This is an automated email from the ASF dual-hosted git repository.
liuxun pushed a commit to branch main
in repository https://gitbox.apache.org/repos/asf/gravitino.git
The following commit(s) were added to refs/heads/main by this push:
new 6f54874e4 [#5966] improvment(authorization): Add path based securable
object and user group mapping interface (#5967)

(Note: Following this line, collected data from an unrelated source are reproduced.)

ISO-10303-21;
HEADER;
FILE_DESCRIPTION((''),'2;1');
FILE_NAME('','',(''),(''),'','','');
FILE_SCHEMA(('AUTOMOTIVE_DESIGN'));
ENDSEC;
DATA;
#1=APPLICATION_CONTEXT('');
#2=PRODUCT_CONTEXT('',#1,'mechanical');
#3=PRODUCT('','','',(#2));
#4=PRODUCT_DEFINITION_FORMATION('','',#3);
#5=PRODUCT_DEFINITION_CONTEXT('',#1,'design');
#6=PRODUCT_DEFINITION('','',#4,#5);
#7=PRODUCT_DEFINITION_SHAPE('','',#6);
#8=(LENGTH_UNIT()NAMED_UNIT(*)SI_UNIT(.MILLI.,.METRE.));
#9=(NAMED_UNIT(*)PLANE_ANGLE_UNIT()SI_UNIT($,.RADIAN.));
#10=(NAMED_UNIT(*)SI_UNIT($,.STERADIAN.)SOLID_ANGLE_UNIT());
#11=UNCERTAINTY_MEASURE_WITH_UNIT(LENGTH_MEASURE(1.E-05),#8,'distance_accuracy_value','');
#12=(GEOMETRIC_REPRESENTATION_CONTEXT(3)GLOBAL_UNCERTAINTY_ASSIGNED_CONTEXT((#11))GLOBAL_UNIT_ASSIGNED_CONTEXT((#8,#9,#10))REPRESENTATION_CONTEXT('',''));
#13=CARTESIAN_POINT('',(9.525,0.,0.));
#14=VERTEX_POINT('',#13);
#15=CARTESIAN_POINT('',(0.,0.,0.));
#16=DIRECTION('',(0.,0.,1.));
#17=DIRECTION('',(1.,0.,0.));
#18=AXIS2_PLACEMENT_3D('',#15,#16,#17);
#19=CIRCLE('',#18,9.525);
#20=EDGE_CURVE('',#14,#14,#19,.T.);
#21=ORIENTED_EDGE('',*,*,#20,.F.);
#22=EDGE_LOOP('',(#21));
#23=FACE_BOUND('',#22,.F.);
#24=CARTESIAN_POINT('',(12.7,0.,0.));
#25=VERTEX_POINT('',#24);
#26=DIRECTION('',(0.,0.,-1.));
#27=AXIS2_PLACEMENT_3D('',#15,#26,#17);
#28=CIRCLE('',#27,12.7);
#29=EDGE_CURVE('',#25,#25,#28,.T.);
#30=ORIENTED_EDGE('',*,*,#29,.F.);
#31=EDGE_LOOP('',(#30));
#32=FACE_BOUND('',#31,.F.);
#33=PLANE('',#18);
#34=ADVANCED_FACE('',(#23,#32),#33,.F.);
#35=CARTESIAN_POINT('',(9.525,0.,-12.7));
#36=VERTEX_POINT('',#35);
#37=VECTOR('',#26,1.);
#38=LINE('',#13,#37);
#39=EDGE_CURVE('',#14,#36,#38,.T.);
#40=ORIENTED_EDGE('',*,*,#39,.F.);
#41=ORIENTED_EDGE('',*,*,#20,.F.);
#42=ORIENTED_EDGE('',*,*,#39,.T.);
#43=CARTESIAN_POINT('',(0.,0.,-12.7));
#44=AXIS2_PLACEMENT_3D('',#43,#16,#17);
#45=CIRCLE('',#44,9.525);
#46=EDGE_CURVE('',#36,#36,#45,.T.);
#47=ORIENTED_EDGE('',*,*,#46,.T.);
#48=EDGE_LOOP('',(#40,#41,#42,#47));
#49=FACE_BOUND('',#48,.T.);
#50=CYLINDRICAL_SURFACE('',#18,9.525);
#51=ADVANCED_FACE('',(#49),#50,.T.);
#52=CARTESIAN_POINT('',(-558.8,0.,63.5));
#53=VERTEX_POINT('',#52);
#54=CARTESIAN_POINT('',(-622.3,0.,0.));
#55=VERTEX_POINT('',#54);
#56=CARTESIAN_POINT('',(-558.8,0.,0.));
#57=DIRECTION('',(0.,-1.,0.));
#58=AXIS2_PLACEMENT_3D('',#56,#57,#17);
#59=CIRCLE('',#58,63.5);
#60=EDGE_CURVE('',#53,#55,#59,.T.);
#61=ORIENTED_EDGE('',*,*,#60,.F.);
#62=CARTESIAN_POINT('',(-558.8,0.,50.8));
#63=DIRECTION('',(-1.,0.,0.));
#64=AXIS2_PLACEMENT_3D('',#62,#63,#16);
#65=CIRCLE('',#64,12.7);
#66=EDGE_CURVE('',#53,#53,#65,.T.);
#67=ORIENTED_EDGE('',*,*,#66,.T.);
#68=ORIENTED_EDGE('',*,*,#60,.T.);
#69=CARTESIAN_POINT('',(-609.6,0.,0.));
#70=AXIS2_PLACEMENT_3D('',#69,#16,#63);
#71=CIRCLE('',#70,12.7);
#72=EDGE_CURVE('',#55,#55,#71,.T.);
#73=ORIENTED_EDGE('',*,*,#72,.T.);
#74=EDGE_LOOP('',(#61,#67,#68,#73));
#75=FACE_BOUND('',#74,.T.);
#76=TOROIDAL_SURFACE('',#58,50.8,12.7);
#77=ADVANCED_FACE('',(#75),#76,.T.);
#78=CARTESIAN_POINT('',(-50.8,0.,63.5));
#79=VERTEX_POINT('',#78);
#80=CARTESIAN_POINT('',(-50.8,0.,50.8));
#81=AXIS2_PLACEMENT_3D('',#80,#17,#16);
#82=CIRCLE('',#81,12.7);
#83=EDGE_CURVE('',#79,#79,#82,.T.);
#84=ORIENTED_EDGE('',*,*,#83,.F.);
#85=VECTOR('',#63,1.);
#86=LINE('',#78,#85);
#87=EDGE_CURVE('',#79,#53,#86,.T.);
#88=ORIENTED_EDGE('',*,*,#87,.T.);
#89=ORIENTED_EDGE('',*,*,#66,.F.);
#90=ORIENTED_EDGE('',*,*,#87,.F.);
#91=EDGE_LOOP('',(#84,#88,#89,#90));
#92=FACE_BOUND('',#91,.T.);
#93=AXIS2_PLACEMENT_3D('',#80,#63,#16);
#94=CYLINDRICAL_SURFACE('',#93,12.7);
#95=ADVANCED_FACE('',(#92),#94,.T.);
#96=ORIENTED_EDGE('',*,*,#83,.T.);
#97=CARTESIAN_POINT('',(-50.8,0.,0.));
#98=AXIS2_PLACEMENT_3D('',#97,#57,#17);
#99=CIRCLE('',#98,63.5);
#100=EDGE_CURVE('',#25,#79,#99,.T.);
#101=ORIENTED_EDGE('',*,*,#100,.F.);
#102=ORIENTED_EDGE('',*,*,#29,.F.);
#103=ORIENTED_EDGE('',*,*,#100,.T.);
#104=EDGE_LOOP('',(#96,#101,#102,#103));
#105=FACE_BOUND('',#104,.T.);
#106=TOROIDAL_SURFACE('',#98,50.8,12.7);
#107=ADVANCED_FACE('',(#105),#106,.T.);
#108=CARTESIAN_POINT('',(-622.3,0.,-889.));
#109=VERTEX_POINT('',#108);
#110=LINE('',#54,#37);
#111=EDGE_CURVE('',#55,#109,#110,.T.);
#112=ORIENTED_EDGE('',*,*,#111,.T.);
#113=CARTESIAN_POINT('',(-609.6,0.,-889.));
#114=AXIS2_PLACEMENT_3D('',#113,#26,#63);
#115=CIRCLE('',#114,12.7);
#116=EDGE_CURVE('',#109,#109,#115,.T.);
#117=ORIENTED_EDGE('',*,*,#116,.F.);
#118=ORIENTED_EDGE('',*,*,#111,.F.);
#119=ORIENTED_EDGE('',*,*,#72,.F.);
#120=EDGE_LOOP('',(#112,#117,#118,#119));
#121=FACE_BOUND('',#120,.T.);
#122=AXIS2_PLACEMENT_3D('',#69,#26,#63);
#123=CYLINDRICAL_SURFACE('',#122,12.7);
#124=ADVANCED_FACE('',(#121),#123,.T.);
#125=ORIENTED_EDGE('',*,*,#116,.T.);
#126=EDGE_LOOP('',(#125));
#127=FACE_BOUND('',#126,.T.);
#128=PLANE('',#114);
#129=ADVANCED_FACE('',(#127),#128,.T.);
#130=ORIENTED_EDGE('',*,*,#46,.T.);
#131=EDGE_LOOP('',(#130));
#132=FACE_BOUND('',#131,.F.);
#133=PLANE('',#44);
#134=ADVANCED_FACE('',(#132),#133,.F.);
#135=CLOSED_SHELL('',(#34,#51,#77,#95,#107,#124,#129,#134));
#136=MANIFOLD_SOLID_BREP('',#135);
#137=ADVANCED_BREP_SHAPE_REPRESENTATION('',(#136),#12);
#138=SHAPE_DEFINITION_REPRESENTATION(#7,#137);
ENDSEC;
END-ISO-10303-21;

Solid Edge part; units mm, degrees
sketch "Sketch1" plane through (0, 0, 0) normal (0, 0, 1) x (1, 0, 0)
  circle A0 centre (0, 0) radius 9.525
extrude "Protrusion1" add sketch "Sketch1" against normal blind 12.7
sketch "Sketch2" plane through (0, 0, 0) normal (0, -1, 0) x (1, 0, 0)
  arc A0 (0, 0) -> (-50.8, 50.8) centre (-50.8, 0) ccw
  line L0 (-50.8, 50.8) -> (-558.8, 50.8)
  arc A1 (-558.8, 50.8) -> (-609.6, 0) centre (-558.8, 0) ccw
  line L1 (-609.6, 0) -> (-609.6, -889)
  dimension "D1" = 50.8
  dimension "D2" = 50.8
  dimension "D3" = 508
  dimension "D4" = 50.8
  dimension "D5" = 889
sketch "Sketch3" plane through (0, 0, 0) normal (0, 0, 1) x (1, 0, 0)
  circle A0 centre (0, 0) radius 12.7
  dimension "D1" = 19.05
  dimension "D2" = 25.4
sweep "SweptProtrusion_1" add profiles "Sketch3" path "Sketch2"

6f54874e4 is described below
commit 6f54874e486e1898930f72b744986feeb54aa913
Author: Qi Yu <[email protected]>
AuthorDate: Fri Jan 3 10:16:41 2025 +0800
[#5966] improvment(authorization): Add path based securable object and user
group mapping interface (#5967)
### What changes were proposed in this pull request?
Add the following things:
- The interface for user-group mapping between Gravitino and underlying
user system.
### Why are the changes needed?
It's a need for path-based authorization
Fix: #5966
### Does this PR introduce _any_ user-facing change?
N/A.
### How was this patch tested?
Existing tests.
---
.../AuthorizationUserGroupMappingProvider.java | 64 ++++++++++++++++++++++
1 file changed, 64 insertions(+)
diff --git
a/authorizations/authorization-common/src/main/java/org/apache/gravitino/authorization/common/AuthorizationUserGroupMappingProvider.java
b/authorizations/authorization-common/src/main/java/org/apache/gravitino/authorization/common/AuthorizationUserGroupMappingProvider.java
new file mode 100644
index 000000000..08b48dc78
--- /dev/null
+++
b/authorizations/authorization-common/src/main/java/org/apache/gravitino/authorization/common/AuthorizationUserGroupMappingProvider.java
@@ -0,0 +1,64 @@
+/*
+ * Licensed to the Apache Software Foundation (ASF) under one
+ * or more contributor license agreements. See the NOTICE file
+ * distributed with this work for additional information
+ * regarding copyright ownership. The ASF licenses this file
+ * to you under the Apache License, Version 2.0 (the
+ * "License"); you may not use this file except in compliance
+ * with the License. You may obtain a copy of the License at
+ *
+ * http://www.apache.org/licenses/LICENSE-2.0
+ *
+ * Unless required by applicable law or agreed to in writing,
+ * software distributed under the License is distributed on an
+ * "AS IS" BASIS, WITHOUT WARRANTIES OR CONDITIONS OF ANY
+ * KIND, either express or implied. See the License for the
+ * specific language governing permissions and limitations
+ * under the License.
+ *
+ */
+
+package org.apache.gravitino.authorization.common;
+
+import java.util.Map;
+
+/**
+ * The AuthorizationUserGroupMappingProvider interface defines the public API
for mapping Gravitino
+ * users and groups to the that in underlying data source system.
+ *
+ * <p>Typically, the users and group names in Gravitino are the same as the
underlying data source.
+ * However, in some cases, the user and group names in Gravitino may be
different from the
+ * underlying data source. For instance, in GCP IAM, the username is the email
address or the
+ * service account. So the user group mapping provider can be used to map the
Gravitino username to
+ * the email address or service account.
+ */
+public interface AuthorizationUserGroupMappingProvider {
+
+ /**
+ * Initialize the user group mapping provider with the configuration.
+ *
+ * @param config The configuration map for the user group mapping provider.
+ */
+ default void initialize(Map<String, String> config) {}
+
+ /**
+ * Get the username from the underlying data source based on the Gravitino
username For instance,
+ * in GCP IAM, the username is the email address or the service account.
+ *
+ * @param gravitinoUserName The Gravitino username.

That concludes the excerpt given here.